Thursday 8 December 2016

The Rosa shirt - first day style

I started my new job this week. It was pretty strange (and nerve racking) to be the new girl again after more than 9 years at the old place. I find that it always helps to have something new to wear on the first day!  I actually finished this project a few weeks ago but have been saving it to wear for the new job. 

I bought the Rosa shirt and shirt-dress pattern from the Tilly and the Buttons stand at the Handmade Fair, only a few days after it was released. I was excited about making this as I've never made a shirt before and there were a number of new techniques. The styling is very 70s which is an era I love. I also bought some gorgeous 'raindrop' fabric by Cotton and Steel from Maud's Fabric Finds on the same day. I was torn between grey/blue and grey/hot pink. I went for the hot pink in the end and bought some matching hot pink buttons from John Lewis to match. I was a bit nervous about all the topstitching in this project so decided to just use a coordinating grey thread in case I made any mistakes. I think this was a good choice in retrospect as additional pink stitching may have looked too much with the pattern on the fabric. 

The first thing that struck me was how many pattern pieces there were in this project. It too forever to trave off and cut out. I also managed to get one of the collar pieces wrong when cutting out so had to re-do this. The shirt uses princess seams with a mock-felled seam finish. Both of these are new techniques to me, but Tilly's instructions were fabulous as usual and I managed to get the hang of both pretty quickly. The topstitching was ok in the end, I just took my time and managed to finish it neatly.  I also took my time with the collar and am over the moon with how it turned out - I've struggled to get nest collars on other projects and this success was definitely down to the clear instructions. 

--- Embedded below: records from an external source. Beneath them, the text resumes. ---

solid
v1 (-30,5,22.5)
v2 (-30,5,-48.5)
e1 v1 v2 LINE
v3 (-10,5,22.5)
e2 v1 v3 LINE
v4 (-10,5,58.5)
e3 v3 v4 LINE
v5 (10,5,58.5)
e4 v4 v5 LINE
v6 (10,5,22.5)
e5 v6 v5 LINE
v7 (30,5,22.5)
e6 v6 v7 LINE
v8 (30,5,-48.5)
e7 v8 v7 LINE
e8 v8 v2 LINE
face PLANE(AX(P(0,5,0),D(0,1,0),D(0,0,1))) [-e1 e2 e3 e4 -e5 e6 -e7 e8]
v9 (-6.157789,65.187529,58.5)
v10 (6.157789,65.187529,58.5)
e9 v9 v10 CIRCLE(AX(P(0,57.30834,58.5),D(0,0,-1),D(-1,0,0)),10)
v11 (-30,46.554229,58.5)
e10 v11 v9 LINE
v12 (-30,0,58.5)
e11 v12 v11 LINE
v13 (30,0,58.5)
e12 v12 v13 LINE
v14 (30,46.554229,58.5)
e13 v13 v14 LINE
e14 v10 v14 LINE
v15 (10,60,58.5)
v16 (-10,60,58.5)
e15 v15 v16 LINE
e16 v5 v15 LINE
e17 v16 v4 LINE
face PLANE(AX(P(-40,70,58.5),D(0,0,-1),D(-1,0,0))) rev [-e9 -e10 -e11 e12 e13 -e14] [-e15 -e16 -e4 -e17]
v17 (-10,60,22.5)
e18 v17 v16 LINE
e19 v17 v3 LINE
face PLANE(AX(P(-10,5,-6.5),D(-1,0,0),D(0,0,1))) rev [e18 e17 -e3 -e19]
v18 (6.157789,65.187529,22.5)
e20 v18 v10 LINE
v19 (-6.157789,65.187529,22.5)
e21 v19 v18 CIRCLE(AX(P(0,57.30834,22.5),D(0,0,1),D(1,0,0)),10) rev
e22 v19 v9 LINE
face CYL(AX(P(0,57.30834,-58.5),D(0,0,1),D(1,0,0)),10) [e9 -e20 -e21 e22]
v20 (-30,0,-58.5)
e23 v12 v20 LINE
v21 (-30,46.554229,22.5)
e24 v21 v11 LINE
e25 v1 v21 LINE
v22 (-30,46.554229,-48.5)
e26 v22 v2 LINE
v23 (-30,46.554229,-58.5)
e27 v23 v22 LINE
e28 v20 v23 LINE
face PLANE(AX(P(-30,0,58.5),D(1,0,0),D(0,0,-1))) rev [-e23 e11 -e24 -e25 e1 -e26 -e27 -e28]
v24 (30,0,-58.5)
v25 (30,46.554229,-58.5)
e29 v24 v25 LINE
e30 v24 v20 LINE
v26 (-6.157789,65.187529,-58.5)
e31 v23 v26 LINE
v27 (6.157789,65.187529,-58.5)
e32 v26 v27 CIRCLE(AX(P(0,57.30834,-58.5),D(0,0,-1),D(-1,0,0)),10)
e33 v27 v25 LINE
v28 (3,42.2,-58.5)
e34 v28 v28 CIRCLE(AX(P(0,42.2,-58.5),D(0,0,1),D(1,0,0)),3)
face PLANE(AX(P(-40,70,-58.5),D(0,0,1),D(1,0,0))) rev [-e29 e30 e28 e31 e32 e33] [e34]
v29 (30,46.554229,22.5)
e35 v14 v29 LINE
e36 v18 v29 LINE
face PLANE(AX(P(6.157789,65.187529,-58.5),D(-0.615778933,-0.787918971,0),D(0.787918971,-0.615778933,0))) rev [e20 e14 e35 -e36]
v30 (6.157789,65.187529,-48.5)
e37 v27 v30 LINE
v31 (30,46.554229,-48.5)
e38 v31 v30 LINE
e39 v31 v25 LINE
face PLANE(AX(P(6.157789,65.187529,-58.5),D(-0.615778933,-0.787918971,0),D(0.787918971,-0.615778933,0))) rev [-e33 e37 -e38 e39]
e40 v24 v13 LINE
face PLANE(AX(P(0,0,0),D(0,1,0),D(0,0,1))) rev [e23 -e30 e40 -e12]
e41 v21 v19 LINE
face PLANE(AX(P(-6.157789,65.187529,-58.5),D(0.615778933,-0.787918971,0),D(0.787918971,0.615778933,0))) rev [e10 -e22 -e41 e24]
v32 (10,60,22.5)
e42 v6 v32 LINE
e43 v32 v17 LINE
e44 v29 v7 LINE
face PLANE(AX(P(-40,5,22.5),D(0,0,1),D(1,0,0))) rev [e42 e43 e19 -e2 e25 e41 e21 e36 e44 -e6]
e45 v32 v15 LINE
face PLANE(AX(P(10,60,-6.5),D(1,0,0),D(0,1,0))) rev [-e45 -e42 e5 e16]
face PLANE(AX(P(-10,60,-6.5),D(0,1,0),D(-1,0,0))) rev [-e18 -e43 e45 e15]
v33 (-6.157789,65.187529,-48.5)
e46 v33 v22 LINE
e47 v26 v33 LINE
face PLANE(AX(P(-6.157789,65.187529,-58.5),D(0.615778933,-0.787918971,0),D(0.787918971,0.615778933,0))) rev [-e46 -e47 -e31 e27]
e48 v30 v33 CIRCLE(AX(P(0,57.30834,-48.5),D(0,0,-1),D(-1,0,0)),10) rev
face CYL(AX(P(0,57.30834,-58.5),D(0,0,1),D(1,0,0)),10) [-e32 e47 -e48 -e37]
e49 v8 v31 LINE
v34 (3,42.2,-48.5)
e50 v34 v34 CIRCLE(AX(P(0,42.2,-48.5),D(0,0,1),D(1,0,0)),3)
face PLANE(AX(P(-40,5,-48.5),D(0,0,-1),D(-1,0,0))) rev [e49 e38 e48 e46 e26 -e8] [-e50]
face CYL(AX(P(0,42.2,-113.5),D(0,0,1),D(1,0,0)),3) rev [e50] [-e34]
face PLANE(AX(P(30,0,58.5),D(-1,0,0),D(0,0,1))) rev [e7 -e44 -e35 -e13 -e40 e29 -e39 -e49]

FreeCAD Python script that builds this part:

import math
import FreeCAD as App
import Part
import Sketcher

V = App.Vector

doc = App.newDocument("Part")
body = doc.addObject("PartDesign::Body", "Body")

# Sketch on XZ plane
sketch1 = body.newObject("Sketcher::SketchObject", "Sketch")
sketch1.AttachmentSupport = (doc.getObject("XZ_Plane"), [""])
sketch1.MapMode = "FlatFace"
sketch1.addGeometry([
    Part.LineSegment(V(-40, -58, 0), V(-40, 58, 0)),
    Part.LineSegment(V(-40, 58, 0), V(40, 58, 0)),
    Part.LineSegment(V(40, 58, 0), V(40, -58, 0)),
    Part.LineSegment(V(40, -58, 0), V(-40, -58, 0)),
], False)
sketch1.addConstraint([
    Sketcher.Constraint("Coincident", 0, 2, 1, 1),
    Sketcher.Constraint("Coincident", 1, 2, 2, 1),
    Sketcher.Constraint("Coincident", 2, 2, 3, 1),
    Sketcher.Constraint("Coincident", 3, 2, 0, 1),
    Sketcher.Constraint("Vertical", 0),
    Sketcher.Constraint("Horizontal", 1),
    Sketcher.Constraint("Vertical", 2),
    Sketcher.Constraint("Horizontal", 3),
    Sketcher.Constraint("Symmetric", 0, 2, 2, 2, -1, 1),
    Sketcher.Constraint("DistanceX", 1, 1, 1, 2, 80.0),
    Sketcher.Constraint("DistanceY", 0, 1, 0, 2, 117.0),
])
pad1 = body.newObject("PartDesign::Pad", "Pad")
pad1.Profile = sketch1
pad1.Length = 70
pad1.Reversed = True

# Sketch on XZ plane
sketch2 = body.newObject("Sketcher::SketchObject", "Sketch001")
sketch2.AttachmentSupport = (doc.getObject("XZ_Plane"), [""])
sketch2.MapMode = "FlatFace"
sketch2.AttachmentOffset = App.Placement(V(0, 0, -70), App.Rotation())
sketch2.addGeometry([
    Part.LineSegment(V(-40, -48, 0), V(-40, 22, 0)),
    Part.LineSegment(V(-40, 22, 0), V(40, 22, 0)),
    Part.LineSegment(V(40, 22, 0), V(40, -48, 0)),
    Part.LineSegment(V(40, -48, 0), V(-40, -48, 0)),
], False)
sketch2.addConstraint([
    Sketcher.Constraint("Coincident", 0, 2, 1, 1),
    Sketcher.Constraint("Coincident", 1, 2, 2, 1),
    Sketcher.Constraint("Coincident", 2, 2, 3, 1),
    Sketcher.Constraint("Coincident", 3, 2, 0, 1),
    Sketcher.Constraint("Vertical", 0),
    Sketcher.Constraint("Horizontal", 1),
    Sketcher.Constraint("Vertical", 2),
    Sketcher.Constraint("Horizontal", 3),
    Sketcher.Constraint("DistanceX", 1, 1, 1, 2, 80.0),
    Sketcher.Constraint("DistanceY", 0, 1, 0, 2, 71.0),
    Sketcher.Constraint("DistanceX", 0, 2, -1, 1, 40.0),
    Sketcher.Constraint("DistanceY", -1, 1, 0, 2, 22.5),
])
pocket1 = body.newObject("PartDesign::Pocket", "Pocket")
pocket1.Profile = sketch2
pocket1.Length = 65
pocket1.Reversed = True

# Sketch on XY plane
sketch3 = body.newObject("Sketcher::SketchObject", "Sketch002")
sketch3.AttachmentSupport = (doc.getObject("XY_Plane"), [""])
sketch3.MapMode = "FlatFace"
sketch3.AttachmentOffset = App.Placement(V(0, 0, 58.5), App.Rotation())
sketch3.addGeometry([
    Part.LineSegment(V(-10, 60, 0), V(-10, 5, 0)),
    Part.LineSegment(V(-10, 5, 0), V(10, 5, 0)),
    Part.LineSegment(V(10, 5, 0), V(10, 60, 0)),
    Part.LineSegment(V(10, 60, 0), V(-10, 60, 0)),
], False)
sketch3.addConstraint([
    Sketcher.Constraint("Coincident", 0, 2, 1, 1),
    Sketcher.Constraint("Coincident", 1, 2, 2, 1),
    Sketcher.Constraint("Coincident", 2, 2, 3, 1),
    Sketcher.Constraint("Coincident", 3, 2, 0, 1),
    Sketcher.Constraint("Vertical", 0),
    Sketcher.Constraint("Horizontal", 1),
    Sketcher.Constraint("Vertical", 2),
    Sketcher.Constraint("Horizontal", 3),
    Sketcher.Constraint("DistanceX", 1, 1, 1, 2, 20.0),
    Sketcher.Constraint("DistanceY", 0, 2, 0, 1, 55.0),
    Sketcher.Constraint("DistanceX", 0, 2, -1, 1, 10.0),
    Sketcher.Constraint("DistanceY", -1, 1, 0, 2, 5.0),
])
pocket2 = body.newObject("PartDesign::Pocket", "Pocket001")
pocket2.Profile = sketch3
pocket2.Length = 65

# Sketch on XY plane
sketch4 = body.newObject("Sketcher::SketchObject", "Sketch003")
sketch4.AttachmentSupport = (doc.getObject("XY_Plane"), [""])
sketch4.MapMode = "FlatFace"
sketch4.AttachmentOffset = App.Placement(V(0, 0, 58.5), App.Rotation())
sketch4.addGeometry([
    Part.LineSegment(V(-40, 39, 0), V(-6, 65, 0)),  # 0
    Part.ArcOfCircle(Part.Circle(V(0, 57, 0), V(0, 0, 1), 10), math.radians(52), math.radians(128)),  # 1
    Part.LineSegment(V(6, 65, 0), V(40, 39, 0)),  # 2
    Part.LineSegment(V(40, 39, 0), V(40, 70, 0)),  # 3
    Part.LineSegment(V(40, 70, 0), V(-40, 70, 0)),  # 4
    Part.LineSegment(V(-40, 70, 0), V(-40, 39, 0)),  # 5
], False)
sketch4.addConstraint([
    Sketcher.Constraint("Tangent", 0, 2, 1, 2),
    Sketcher.Constraint("Tangent", 1, 1, 2, 1),
    Sketcher.Constraint("Coincident", 2, 2, 3, 1),
    Sketcher.Constraint("Coincident", 3, 2, 4, 1),
    Sketcher.Constraint("Coincident", 4, 2, 5, 1),
    Sketcher.Constraint("Coincident", 5, 2, 0, 1),
    Sketcher.Constraint("Vertical", 3),
    Sketcher.Constraint("Horizontal", 4),
    Sketcher.Constraint("Vertical", 5),
    Sketcher.Constraint("Symmetric", 0, 2, 1, 1, -2),
    Sketcher.Constraint("Horizontal", 2, 2, 5, 2),
    Sketcher.Constraint("Radius", 1, 10.0),
    Sketcher.Constraint("DistanceX", 4, 2, 4, 1, 80.0),
    Sketcher.Constraint("DistanceY", -1, 1, 3, 2, 70.0),
    Sketcher.Constraint("DistanceY", 3, 1, 3, 2, 31.261028),
    Sketcher.Constraint("DistanceY", -1, 1, 1, 3, 57.30834),
])
pocket3 = body.newObject("PartDesign::Pocket", "Pocket002")
pocket3.Profile = sketch4
pocket3.Type = "ThroughAll"

# Sketch on XY plane
sketch5 = body.newObject("Sketcher::SketchObject", "Sketch004")
sketch5.AttachmentSupport = (doc.getObject("XY_Plane"), [""])
sketch5.MapMode = "FlatFace"
sketch5.AttachmentOffset = App.Placement(V(0, 0, -48.5), App.Rotation())
sketch5.addGeometry(Part.Circle(V(0, 42.2, 0), V(0, 0, 1), 3), False)
sketch5.addConstraint([
    Sketcher.Constraint("PointOnObject", 0, 3, -2),
    Sketcher.Constraint("Diameter", 0, 6.0),
    Sketcher.Constraint("DistanceY", -1, 1, 0, 3, 42.2),
])
pocket4 = body.newObject("PartDesign::Pocket", "Pocket003")
pocket4.Profile = sketch5
pocket4.Length = 65

# Sketch on XZ plane
sketch6 = body.newObject("Sketcher::SketchObject", "Sketch005")
sketch6.AttachmentSupport = (doc.getObject("XZ_Plane"), [""])
sketch6.MapMode = "FlatFace"
sketch6.AttachmentOffset = App.Placement(V(0, 0, -67.3), App.Rotation())
sketch6.addGeometry([
    Part.LineSegment(V(-40, -58, 0), V(-40, 58, 0)),  # 0
    Part.LineSegment(V(-40, 58, 0), V(-30, 58, 0)),  # 1
    Part.LineSegment(V(-30, 58, 0), V(-30, -58, 0)),  # 2
    Part.LineSegment(V(-30, -58, 0), V(-40, -58, 0)),  # 3
    Part.LineSegment(V(30, -58, 0), V(30, 58, 0)),  # 4
    Part.LineSegment(V(30, 58, 0), V(40, 58, 0)),  # 5
    Part.LineSegment(V(40, 58, 0), V(40, -58, 0)),  # 6
    Part.LineSegment(V(40, -58, 0), V(30, -58, 0)),  # 7
], False)
sketch6.addConstraint([
    Sketcher.Constraint("Coincident", 0, 2, 1, 1),
    Sketcher.Constraint("Coincident", 1, 2, 2, 1),
    Sketcher.Constraint("Coincident", 2, 2, 3, 1),
    Sketcher.Constraint("Coincident", 3, 2, 0, 1),
    Sketcher.Constraint("Coincident", 4, 2, 5, 1),
    Sketcher.Constraint("Coincident", 5, 2, 6, 1),
    Sketcher.Constraint("Coincident", 6, 2, 7, 1),
    Sketcher.Constraint("Coincident", 7, 2, 4, 1),
    Sketcher.Constraint("Vertical", 0),
    Sketcher.Constraint("Horizontal", 1),
    Sketcher.Constraint("Vertical", 2),
    Sketcher.Constraint("Horizontal", 3),
    Sketcher.Constraint("Vertical", 4),
    Sketcher.Constraint("Horizontal", 5),
    Sketcher.Constraint("Vertical", 6),
    Sketcher.Constraint("Horizontal", 7),
    Sketcher.Constraint("Symmetric", 2, 2, 4, 2, -1, 1),
    Sketcher.Constraint("Symmetric", 0, 2, 6, 2, -1, 1),
    Sketcher.Constraint("Horizontal", 1, 2, 4, 2),
    Sketcher.Constraint("DistanceX", 1, 1, 1, 2, 10.0),
    Sketcher.Constraint("DistanceY", 0, 1, 0, 2, 117.0),
    Sketcher.Constraint("DistanceX", 0, 2, -1, 1, 40.0),
])
pocket5 = body.newObject("PartDesign::Pocket", "Pocket004")
pocket5.Profile = sketch6
pocket5.Type = "ThroughAll"
pocket5.Reversed = True

doc.recompute()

The sleeves are turned up, with a button tab to hold them in place. I tried this, but didn't like the look of the wrong side of the fabric showing. I used the fold up technique from the Poppy playsuit by Sew Over It to give the impression of turned up sleeves, but showing the right side of the fabric. The only mistake I made was the positioning of the top button. I was annoyed with myself about this, but it isn't that obvious when on, so not too bad.  I didn't have to make any adjustments to the do at all. I'll be making a dress version very soon!

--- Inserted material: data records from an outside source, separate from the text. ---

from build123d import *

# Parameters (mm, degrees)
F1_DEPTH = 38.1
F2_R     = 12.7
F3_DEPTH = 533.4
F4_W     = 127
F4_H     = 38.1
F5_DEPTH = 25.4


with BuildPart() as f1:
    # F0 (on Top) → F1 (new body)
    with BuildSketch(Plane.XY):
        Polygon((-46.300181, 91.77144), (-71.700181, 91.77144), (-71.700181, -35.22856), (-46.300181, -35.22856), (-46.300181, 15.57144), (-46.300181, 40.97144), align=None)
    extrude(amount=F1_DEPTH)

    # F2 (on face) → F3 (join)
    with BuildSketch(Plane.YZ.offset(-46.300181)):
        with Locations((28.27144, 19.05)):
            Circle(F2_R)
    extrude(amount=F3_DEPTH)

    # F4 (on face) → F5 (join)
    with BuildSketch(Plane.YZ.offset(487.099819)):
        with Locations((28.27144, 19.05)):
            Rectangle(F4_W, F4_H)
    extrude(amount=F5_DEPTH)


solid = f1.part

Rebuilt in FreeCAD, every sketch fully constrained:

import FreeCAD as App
import Part
import Sketcher

V = App.Vector
Q = App.Units.Quantity


def add_polygon(sketch, points):
    """Adds a closed chain of lines whose ends are joined by coincident constraints."""
    first, n = sketch.GeometryCount, len(points)
    for a, b in zip(points, points[1:] + points[:1]):
        sketch.addGeometry(Part.LineSegment(App.Vector(*a, 0), App.Vector(*b, 0)), False)
    for i in range(n):
        sketch.addConstraint(Sketcher.Constraint("Coincident", first + i, 2, first + (i + 1) % n, 1))

doc = App.newDocument("Part")
body = doc.addObject("PartDesign::Body", "Body")

sketch1 = body.newObject("Sketcher::SketchObject", "Sketch")
sketch1.AttachmentSupport = (doc.getObject("XY_Plane"), [""])
sketch1.MapMode = "FlatFace"
add_polygon(sketch1, [(-46, 92), (-72, 92), (-72, -35), (-46, -35)])
sketch1.addConstraint(Sketcher.Constraint("Horizontal", 0))
sketch1.addConstraint(Sketcher.Constraint("Vertical", 1))
sketch1.addConstraint(Sketcher.Constraint("Horizontal", 2))
sketch1.addConstraint(Sketcher.Constraint("Vertical", 3))
sketch1.addConstraint(Sketcher.Constraint("DistanceX", 0, 2, 0, 1, Q("1 in")))
sketch1.addConstraint(Sketcher.Constraint("DistanceY", 1, 2, 1, 1, Q("5 in")))
sketch1.addConstraint(Sketcher.Constraint("DistanceX", 0, 2, -1, 1, Q("71.700181 mm")))
sketch1.addConstraint(Sketcher.Constraint("DistanceY", -1, 1, 0, 2, Q("91.77144 mm")))
pad1 = body.newObject("PartDesign::Pad", "Pad")
pad1.Profile = sketch1
pad1.Length = Q("1.5 in")

sketch2 = body.newObject("Sketcher::SketchObject", "Sketch001")
sketch2.AttachmentSupport = (doc.getObject("YZ_Plane"), [""])
sketch2.MapMode = "FlatFace"
sketch2.AttachmentOffset = App.Placement(V(0, 0, -46.300181), App.Rotation())
sketch2.addGeometry(Part.Circle(V(28, 19, 0), V(0, 0, 1), 13), False)
sketch2.addConstraint(Sketcher.Constraint("Diameter", 0, Q("1 in")))
sketch2.addConstraint(Sketcher.Constraint("DistanceY", -1, 1, 0, 3, Q("0.75 in")))
sketch2.addConstraint(Sketcher.Constraint("DistanceX", -1, 1, 0, 3, Q("28.27144 mm")))
pad2 = body.newObject("PartDesign::Pad", "Pad001")
pad2.Profile = sketch2
pad2.Length = Q("21 in")

sketch3 = body.newObject("Sketcher::SketchObject", "Sketch002")
sketch3.AttachmentSupport = (doc.getObject("YZ_Plane"), [""])
sketch3.MapMode = "FlatFace"
sketch3.AttachmentOffset = App.Placement(V(0, 0, 487.099819), App.Rotation())
add_polygon(sketch3, [(-35, 38), (-35, 0), (92, 0), (92, 38)])
sketch3.addConstraint(Sketcher.Constraint("Vertical", 0))
sketch3.addConstraint(Sketcher.Constraint("Horizontal", 1))
sketch3.addConstraint(Sketcher.Constraint("Vertical", 2))
sketch3.addConstraint(Sketcher.Constraint("Horizontal", 3))
sketch3.addConstraint(Sketcher.Constraint("PointOnObject", 0, 2, -1))
sketch3.addConstraint(Sketcher.Constraint("DistanceX", 1, 1, 1, 2, Q("5 in")))
sketch3.addConstraint(Sketcher.Constraint("DistanceY", 0, 2, 0, 1, Q("1.5 in")))
sketch3.addConstraint(Sketcher.Constraint("DistanceX", 0, 2, -1, 1, Q("35.22856 mm")))
pad3 = body.newObject("PartDesign::Pad", "Pad002")
pad3.Profile = sketch3
pad3.Length = Q("1 in")

doc.recompute()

Here I am wearing it on my first morning:

 

Sunday 4 December 2016

Heather - the cosiest winter dress ever?

I love wearing jeans, but sometimes it's nice to pull on a casual dress and tights. Somehow it feels a bit more dressed up, but for very little effort - win. When I saw the new Heather Dress pattern from Sew Over It, it fitted the bill perfectly. 

This is a PDF only pattern, which is really annoying. As I've said before, I would happily pay a couple of extra pounds so that I don't have to spend an entire afternoon cutting the pattern out and sticking together with sellotape. However, I understand why the indie pattern houses release patterns like this and it does at least mean you get the pattern straight after buying it. 

For my first attempt at the Heather Dress, I used an organic cotton interlock knit bought from Maud's fabric finds at the Handmade Fair. It is much more sturdy than a lot of knit fabrics and was lovely to see with. The best thing about sewing with stretch fabrics is being able to sew most of it on the overlocker which saves a huge amount of time. I was feeling lazy/ impatient when I made this and used a zig zag stitch rather than a twin stretch needle for the hems and to finish the neckline because I couldn't be bothered to sew up my machine for the twin needle. I think it looks fine, although the extra effort would probably have given a more professional finish. I went for the size 10 as usual in Sew Over It patterns and while it fitted fine around the shoulders and arms, it was too big in the body. I haven't altered it yet, but will take a couple of cms off the sides. 

In this picture I am gathering the dress together at the back with my hand, so it looks like it fits better than it actually does:

 

I also bought some striped French Terry from the Sew Over It website to make another Heather Dress. I spent ages trying to pattern match the stripes on the side panels with the front and back panels and failed miserably. I think I can just about get away with it, so I'm still planning to wear this out and about. My Mum has just made a version of this dress in striped fabric as well and she made the stripes on the side panels vertical, thus eliminating the challenge of pattern matching- wish I'd thought of that! I learnt my lesson on the fit and took a much bigger seam allowance down the sides and am happier with the fit. It is more fitted without being too tight, and fabric is so warm and comfortable, I'll be wearing this loads:

 
 

I've now received my Coverpro machine (although not had time to play with it yet) - this should make it even easier to sew projects like this.